What you have to do:
Within the entries below, find the portion that opens with the line containing "FILE_SCHEMA(('AUTOMOTIVE_DESIGN'));" and closes with the line containing "#59=FACE_BOUND('',#58,.F.);". Retype that portion exactly and only.

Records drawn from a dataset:
——

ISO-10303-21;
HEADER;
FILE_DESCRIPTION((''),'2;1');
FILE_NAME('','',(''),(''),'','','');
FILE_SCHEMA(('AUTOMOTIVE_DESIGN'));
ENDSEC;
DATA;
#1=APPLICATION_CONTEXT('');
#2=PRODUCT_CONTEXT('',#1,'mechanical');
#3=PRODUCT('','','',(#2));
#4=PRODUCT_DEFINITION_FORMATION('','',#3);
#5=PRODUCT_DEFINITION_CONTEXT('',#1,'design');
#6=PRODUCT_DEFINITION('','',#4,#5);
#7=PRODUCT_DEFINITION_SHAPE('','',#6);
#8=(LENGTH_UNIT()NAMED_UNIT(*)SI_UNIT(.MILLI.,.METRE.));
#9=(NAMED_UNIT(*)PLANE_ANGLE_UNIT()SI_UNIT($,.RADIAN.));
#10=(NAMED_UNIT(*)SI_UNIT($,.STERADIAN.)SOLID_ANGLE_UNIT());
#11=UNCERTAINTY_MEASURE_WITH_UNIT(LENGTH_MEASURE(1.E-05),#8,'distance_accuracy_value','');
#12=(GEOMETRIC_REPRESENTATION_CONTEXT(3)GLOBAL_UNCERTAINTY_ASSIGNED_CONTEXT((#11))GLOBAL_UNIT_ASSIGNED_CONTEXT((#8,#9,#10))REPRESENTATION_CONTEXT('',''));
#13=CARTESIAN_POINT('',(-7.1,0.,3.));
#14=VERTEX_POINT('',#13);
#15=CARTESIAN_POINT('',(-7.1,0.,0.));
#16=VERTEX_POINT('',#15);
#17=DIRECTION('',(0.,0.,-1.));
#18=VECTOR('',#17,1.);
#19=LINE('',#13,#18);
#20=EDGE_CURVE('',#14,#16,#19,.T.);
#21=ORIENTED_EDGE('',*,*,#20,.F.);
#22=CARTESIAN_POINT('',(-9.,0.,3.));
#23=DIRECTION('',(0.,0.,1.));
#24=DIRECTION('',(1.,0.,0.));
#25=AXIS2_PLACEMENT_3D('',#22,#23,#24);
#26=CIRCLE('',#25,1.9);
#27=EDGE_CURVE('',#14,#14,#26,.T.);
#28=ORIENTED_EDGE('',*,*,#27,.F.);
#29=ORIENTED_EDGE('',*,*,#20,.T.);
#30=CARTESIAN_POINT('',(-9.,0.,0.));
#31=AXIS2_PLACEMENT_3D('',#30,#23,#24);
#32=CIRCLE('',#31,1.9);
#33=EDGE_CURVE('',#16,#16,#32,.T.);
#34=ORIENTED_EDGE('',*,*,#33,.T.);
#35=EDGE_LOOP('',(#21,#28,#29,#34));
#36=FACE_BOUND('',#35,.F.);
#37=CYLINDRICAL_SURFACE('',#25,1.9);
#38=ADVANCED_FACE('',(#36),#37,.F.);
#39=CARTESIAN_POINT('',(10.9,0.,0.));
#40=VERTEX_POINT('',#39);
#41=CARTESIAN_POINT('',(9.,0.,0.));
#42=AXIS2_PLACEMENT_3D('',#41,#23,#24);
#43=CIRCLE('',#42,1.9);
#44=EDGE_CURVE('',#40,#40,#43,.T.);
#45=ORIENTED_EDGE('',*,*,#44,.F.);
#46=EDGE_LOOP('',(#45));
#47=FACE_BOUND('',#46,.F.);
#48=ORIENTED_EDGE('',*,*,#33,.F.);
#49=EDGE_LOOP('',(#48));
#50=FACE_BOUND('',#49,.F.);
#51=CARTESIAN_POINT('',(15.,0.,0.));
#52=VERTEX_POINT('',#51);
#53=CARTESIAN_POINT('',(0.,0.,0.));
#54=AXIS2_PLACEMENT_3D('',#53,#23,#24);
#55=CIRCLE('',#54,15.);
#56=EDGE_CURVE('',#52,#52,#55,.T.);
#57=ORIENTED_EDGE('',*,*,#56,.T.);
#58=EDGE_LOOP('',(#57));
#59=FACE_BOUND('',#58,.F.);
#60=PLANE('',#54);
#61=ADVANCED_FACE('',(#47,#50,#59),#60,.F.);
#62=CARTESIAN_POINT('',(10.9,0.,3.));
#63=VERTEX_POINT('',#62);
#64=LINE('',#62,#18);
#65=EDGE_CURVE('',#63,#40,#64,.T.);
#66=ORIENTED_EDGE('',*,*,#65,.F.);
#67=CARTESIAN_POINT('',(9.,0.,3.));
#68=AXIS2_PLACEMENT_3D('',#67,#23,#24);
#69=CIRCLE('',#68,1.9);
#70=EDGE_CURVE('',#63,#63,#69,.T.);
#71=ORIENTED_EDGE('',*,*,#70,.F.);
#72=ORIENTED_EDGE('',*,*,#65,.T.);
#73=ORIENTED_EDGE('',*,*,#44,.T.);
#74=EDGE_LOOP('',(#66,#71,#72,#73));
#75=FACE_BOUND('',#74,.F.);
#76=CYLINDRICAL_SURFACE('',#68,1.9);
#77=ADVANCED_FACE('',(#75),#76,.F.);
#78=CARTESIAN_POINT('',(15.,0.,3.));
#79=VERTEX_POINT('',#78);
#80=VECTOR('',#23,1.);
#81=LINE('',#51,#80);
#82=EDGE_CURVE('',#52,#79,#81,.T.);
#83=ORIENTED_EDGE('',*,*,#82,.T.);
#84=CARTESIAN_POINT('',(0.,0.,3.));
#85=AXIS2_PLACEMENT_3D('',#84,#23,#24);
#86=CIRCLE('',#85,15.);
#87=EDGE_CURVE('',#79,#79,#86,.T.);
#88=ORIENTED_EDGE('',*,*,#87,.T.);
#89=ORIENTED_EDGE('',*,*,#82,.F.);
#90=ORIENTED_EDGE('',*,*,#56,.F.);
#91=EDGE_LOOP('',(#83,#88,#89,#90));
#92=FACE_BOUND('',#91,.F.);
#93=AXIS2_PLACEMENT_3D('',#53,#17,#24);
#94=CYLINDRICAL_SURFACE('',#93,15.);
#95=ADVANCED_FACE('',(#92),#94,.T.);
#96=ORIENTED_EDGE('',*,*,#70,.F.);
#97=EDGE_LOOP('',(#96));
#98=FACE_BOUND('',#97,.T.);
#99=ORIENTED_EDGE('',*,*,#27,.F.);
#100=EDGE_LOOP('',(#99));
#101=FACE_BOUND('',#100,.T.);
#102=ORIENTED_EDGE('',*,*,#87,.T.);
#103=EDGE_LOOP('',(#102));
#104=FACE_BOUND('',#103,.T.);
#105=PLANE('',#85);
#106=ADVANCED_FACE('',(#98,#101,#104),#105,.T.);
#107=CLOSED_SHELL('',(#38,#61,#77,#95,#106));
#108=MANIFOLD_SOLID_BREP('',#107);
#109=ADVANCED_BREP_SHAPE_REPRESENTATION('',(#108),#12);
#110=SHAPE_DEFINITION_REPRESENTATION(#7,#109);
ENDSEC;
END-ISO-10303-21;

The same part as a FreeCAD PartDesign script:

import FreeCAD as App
import Part
import Sketcher

doc = App.newDocument("Part")
body = doc.addObject("PartDesign::Body", "Body")

sketch1 = body.newObject("Sketcher::SketchObject", "Sketch")
sketch1.AttachmentSupport = (doc.getObject("XY_Plane"), [""])
sketch1.MapMode = "FlatFace"
sketch1.addGeometry(Part.Circle(App.Vector(0, 0, 0), App.Vector(0, 0, 1), 15), False)
sketch1.addConstraint(Sketcher.Constraint("Coincident", 0, 3, -1, 1))
sketch1.addConstraint(Sketcher.Constraint("Diameter", 0, 30.0))
pad1 = body.newObject("PartDesign::Pad", "Pad")
pad1.Profile = sketch1
pad1.Length = 3

sketch2 = body.newObject("Sketcher::SketchObject", "Sketch001")
sketch2.AttachmentSupport = (doc.getObject("XY_Plane"), [""])
sketch2.MapMode = "FlatFace"
sketch2.AttachmentOffset = App.Placement(App.Vector(0, 0, 3), App.Rotation())
sketch2.addGeometry(Part.Circle(App.Vector(9, 0, 0), App.Vector(0, 0, 1), 1.9), False)
sketch2.addGeometry(Part.Circle(App.Vector(-9, 0, 0), App.Vector(0, 0, 1), 1.9), False)
sketch2.addConstraint(Sketcher.Constraint("Equal", 0, 1))
sketch2.addConstraint(Sketcher.Constraint("Symmetric", 0, 3, 1, 3, -1, 1))
sketch2.addConstraint(Sketcher.Constraint("PointOnObject", 0, 3, -1))
sketch2.addConstraint(Sketcher.Constraint("Diameter", 0, 3.8))
sketch2.addConstraint(Sketcher.Constraint("DistanceX", -1, 1, 0, 3, 9.0))
pocket1 = body.newObject("PartDesign::Pocket", "Pocket")
pocket1.Profile = sketch2
pocket1.Length = 25

doc.recompute()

——

Written solution:
FILE_SCHEMA(('AUTOMOTIVE_DESIGN'));
ENDSEC;
DATA;
#1=APPLICATION_CONTEXT('');
#2=PRODUCT_CONTEXT('',#1,'mechanical');
#3=PRODUCT('','','',(#2));
#4=PRODUCT_DEFINITION_FORMATION('','',#3);
#5=PRODUCT_DEFINITION_CONTEXT('',#1,'design');
#6=PRODUCT_DEFINITION('','',#4,#5);
#7=PRODUCT_DEFINITION_SHAPE('','',#6);
#8=(LENGTH_UNIT()NAMED_UNIT(*)SI_UNIT(.MILLI.,.METRE.));
#9=(NAMED_UNIT(*)PLANE_ANGLE_UNIT()SI_UNIT($,.RADIAN.));
#10=(NAMED_UNIT(*)SI_UNIT($,.STERADIAN.)SOLID_ANGLE_UNIT());
#11=UNCERTAINTY_MEASURE_WITH_UNIT(LENGTH_MEASURE(1.E-05),#8,'distance_accuracy_value','');
#12=(GEOMETRIC_REPRESENTATION_CONTEXT(3)GLOBAL_UNCERTAINTY_ASSIGNED_CONTEXT((#11))GLOBAL_UNIT_ASSIGNED_CONTEXT((#8,#9,#10))REPRESENTATION_CONTEXT('',''));
#13=CARTESIAN_POINT('',(-7.1,0.,3.));
#14=VERTEX_POINT('',#13);
#15=CARTESIAN_POINT('',(-7.1,0.,0.));
#16=VERTEX_POINT('',#15);
#17=DIRECTION('',(0.,0.,-1.));
#18=VECTOR('',#17,1.);
#19=LINE('',#13,#18);
#20=EDGE_CURVE('',#14,#16,#19,.T.);
#21=ORIENTED_EDGE('',*,*,#20,.F.);
#22=CARTESIAN_POINT('',(-9.,0.,3.));
#23=DIRECTION('',(0.,0.,1.));
#24=DIRECTION('',(1.,0.,0.));
#25=AXIS2_PLACEMENT_3D('',#22,#23,#24);
#26=CIRCLE('',#25,1.9);
#27=EDGE_CURVE('',#14,#14,#26,.T.);
#28=ORIENTED_EDGE('',*,*,#27,.F.);
#29=ORIENTED_EDGE('',*,*,#20,.T.);
#30=CARTESIAN_POINT('',(-9.,0.,0.));
#31=AXIS2_PLACEMENT_3D('',#30,#23,#24);
#32=CIRCLE('',#31,1.9);
#33=EDGE_CURVE('',#16,#16,#32,.T.);
#34=ORIENTED_EDGE('',*,*,#33,.T.);
#35=EDGE_LOOP('',(#21,#28,#29,#34));
#36=FACE_BOUND('',#35,.F.);
#37=CYLINDRICAL_SURFACE('',#25,1.9);
#38=ADVANCED_FACE('',(#36),#37,.F.);
#39=CARTESIAN_POINT('',(10.9,0.,0.));
#40=VERTEX_POINT('',#39);
#41=CARTESIAN_POINT('',(9.,0.,0.));
#42=AXIS2_PLACEMENT_3D('',#41,#23,#24);
#43=CIRCLE('',#42,1.9);
#44=EDGE_CURVE('',#40,#40,#43,.T.);
#45=ORIENTED_EDGE('',*,*,#44,.F.);
#46=EDGE_LOOP('',(#45));
#47=FACE_BOUND('',#46,.F.);
#48=ORIENTED_EDGE('',*,*,#33,.F.);
#49=EDGE_LOOP('',(#48));
#50=FACE_BOUND('',#49,.F.);
#51=CARTESIAN_POINT('',(15.,0.,0.));
#52=VERTEX_POINT('',#51);
#53=CARTESIAN_POINT('',(0.,0.,0.));
#54=AXIS2_PLACEMENT_3D('',#53,#23,#24);
#55=CIRCLE('',#54,15.);
#56=EDGE_CURVE('',#52,#52,#55,.T.);
#57=ORIENTED_EDGE('',*,*,#56,.T.);
#58=EDGE_LOOP('',(#57));
#59=FACE_BOUND('',#58,.F.);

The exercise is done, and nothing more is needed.